All went well, taking the usual back-road route, until I had to make a familiar right turn. The road was closed. It was only closed in the direction I wanted to go, but it was nevertheless closed.

OK, well that wasn't good. I drove on a bit, putting the destination into my car's satnav so it could find me a better route. It instructed me to turn right at an up-coming junction, so I did.

There are back roads and there are back-of-beyond roads.

The track it put me on was barely wider than my car. Furthermore, it was sunken, so there was no way I could have pulled to one side if a vehicle came the other way. I could perhaps have got past a pedestrian if they'd stood sideways, but I couldn't have got past a pedestrian pushing a wheelbarow.

Up ahead, I could see the red of a Post Office van. If it was coming the same way as me, I was doomed.

Fortunately, it was going the same direction as me, but I was still doomed. There was a tractor ahead of it with a tree-trimming attachment on the back. It was mincing the tops of the hedges down to an acceptable level. I can walk faster than it was going, although I wouldn't have wanted to, given the volume of wood chippings flying in random directions.

I stopped, texted my daughter to let her know I'd be late, then restarted and moved forwards the eight or ten metres I'd lost by stopping.

Eventually, the tractor pulled over into a field entrance so Postman Pat and I could get past. I followed the satnav, and in a wide circuit it brought me back to the road I'd originally come off. A three-point turn would have been so much quicker than a circular path along muddy lanes full of muddy puddles concealing muddy potholes.

When I got back onto the road, I followed the satnav and it told me to take the (now left) turn I hadn't been able to take the first time and still couldn't take. I had to drive on and find my own way to some location close enough that the satnav's recomputation didn't involve a U-turn.

I got to a set of traffic lights where the satnav was saying I was two minutes away. There were six cars ahead of me in the queue to turn left. The lights changed green. Three cars went through, then the lights went red again. I waited for five minutes before they changed back to green. Two cars went through, but the one immediately ahead of me was being driven by an overly-cautious driver and was slow to start. I was contemplating whether I could have sued him for this, but the lights held out for just long enough that I could get through before they were red again. Note that this doesn't mean they were green when I went through.

I was stuck behind this slow vehicle for the rest of the journey, which made it three minutes instead of two.

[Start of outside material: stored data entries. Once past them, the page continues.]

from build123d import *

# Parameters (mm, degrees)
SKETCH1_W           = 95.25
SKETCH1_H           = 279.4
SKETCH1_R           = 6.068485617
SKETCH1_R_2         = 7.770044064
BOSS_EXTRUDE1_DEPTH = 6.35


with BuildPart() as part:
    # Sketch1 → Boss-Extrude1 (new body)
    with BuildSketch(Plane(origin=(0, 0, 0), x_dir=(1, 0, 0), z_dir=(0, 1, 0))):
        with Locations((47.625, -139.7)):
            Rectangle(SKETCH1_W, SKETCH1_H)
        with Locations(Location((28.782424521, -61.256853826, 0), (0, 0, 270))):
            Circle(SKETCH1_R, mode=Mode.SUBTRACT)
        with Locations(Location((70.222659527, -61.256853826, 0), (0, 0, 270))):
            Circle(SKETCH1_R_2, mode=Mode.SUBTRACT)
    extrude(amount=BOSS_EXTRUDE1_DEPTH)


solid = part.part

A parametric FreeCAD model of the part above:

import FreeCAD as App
import Part
import Sketcher
from FreeCAD import Vector
Q = App.Units.Quantity


def add_polygon(sketch, points):
    """Adds a closed chain of lines whose ends are joined by coincident constraints."""
    first, n = sketch.GeometryCount, len(points)
    for a, b in zip(points, points[1:] + points[:1]):
        sketch.addGeometry(Part.LineSegment(App.Vector(*a, 0), App.Vector(*b, 0)), False)
    for i in range(n):
        sketch.addConstraint(Sketcher.Constraint("Coincident", first + i, 2, first + (i + 1) % n, 1))

doc = App.newDocument("Part")
body = doc.addObject("PartDesign::Body", "Body")

sketch1 = body.newObject("Sketcher::SketchObject", "Sketch")
sketch1.AttachmentSupport = (doc.getObject("XZ_Plane"), [""])
sketch1.MapMode = "FlatFace"
add_polygon(sketch1, [(0, 0), (0, 279), (95, 279), (95, 0)])
sketch1.addGeometry(Part.Circle(Vector(29, 61, 0), Vector(0, 0, 1), 6), False)
sketch1.addGeometry(Part.Circle(Vector(70, 61, 0), Vector(0, 0, 1), 8), False)
sketch1.addConstraint([
    Sketcher.Constraint("Vertical", 0),
    Sketcher.Constraint("Horizontal", 1),
    Sketcher.Constraint("Vertical", 2),
    Sketcher.Constraint("Horizontal", 3),
    Sketcher.Constraint("Coincident", 3, 2, -1, 1),
    Sketcher.Constraint("Horizontal", 4, 3, 5, 3),
    Sketcher.Constraint("DistanceY", 0, 1, 0, 2, Q("11 in")),
    Sketcher.Constraint("DistanceX", 1, 1, 1, 2, Q("3.75 in")),
    Sketcher.Constraint("Diameter", 4, 12.136971),
    Sketcher.Constraint("Diameter", 5, 15.540088),
    Sketcher.Constraint("DistanceX", -1, 1, 5, 3, 70.22266),
    Sketcher.Constraint("DistanceX", -1, 1, 4, 3, 28.782425),
    Sketcher.Constraint("DistanceY", -1, 1, 4, 3, 61.256854),
])
pad1 = body.newObject("PartDesign::Pad", "Pad")
pad1.Profile = sketch1
pad1.Length = Q("0.25 in")
pad1.Reversed = True

doc.recompute()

It was on a very wide road with lots of room for overtaking, none of which was allowed because of a bus lane that's part of Colchester's rapid transit system (or will be, should they ever finish it).

I eventually arrived at the service centre twenty minutes late. My daughter had taken different back roads and so arrived on time.

Time passed, and after stiffing my daughter £104 for a new tyre over the phone, it was time to return her there so she could collect her car.

This time, I took the A12, which was fine. However, there were terrible queues of traffic to get back onto it. It was a solid line of cars over a mile long, all on the opposite side of the road, so there was little chance I'd be let in. The side I was on was clear, though. I therefore decided to go back home the way I'd come in the morning. After all, the problematic junction was only closed in one direction.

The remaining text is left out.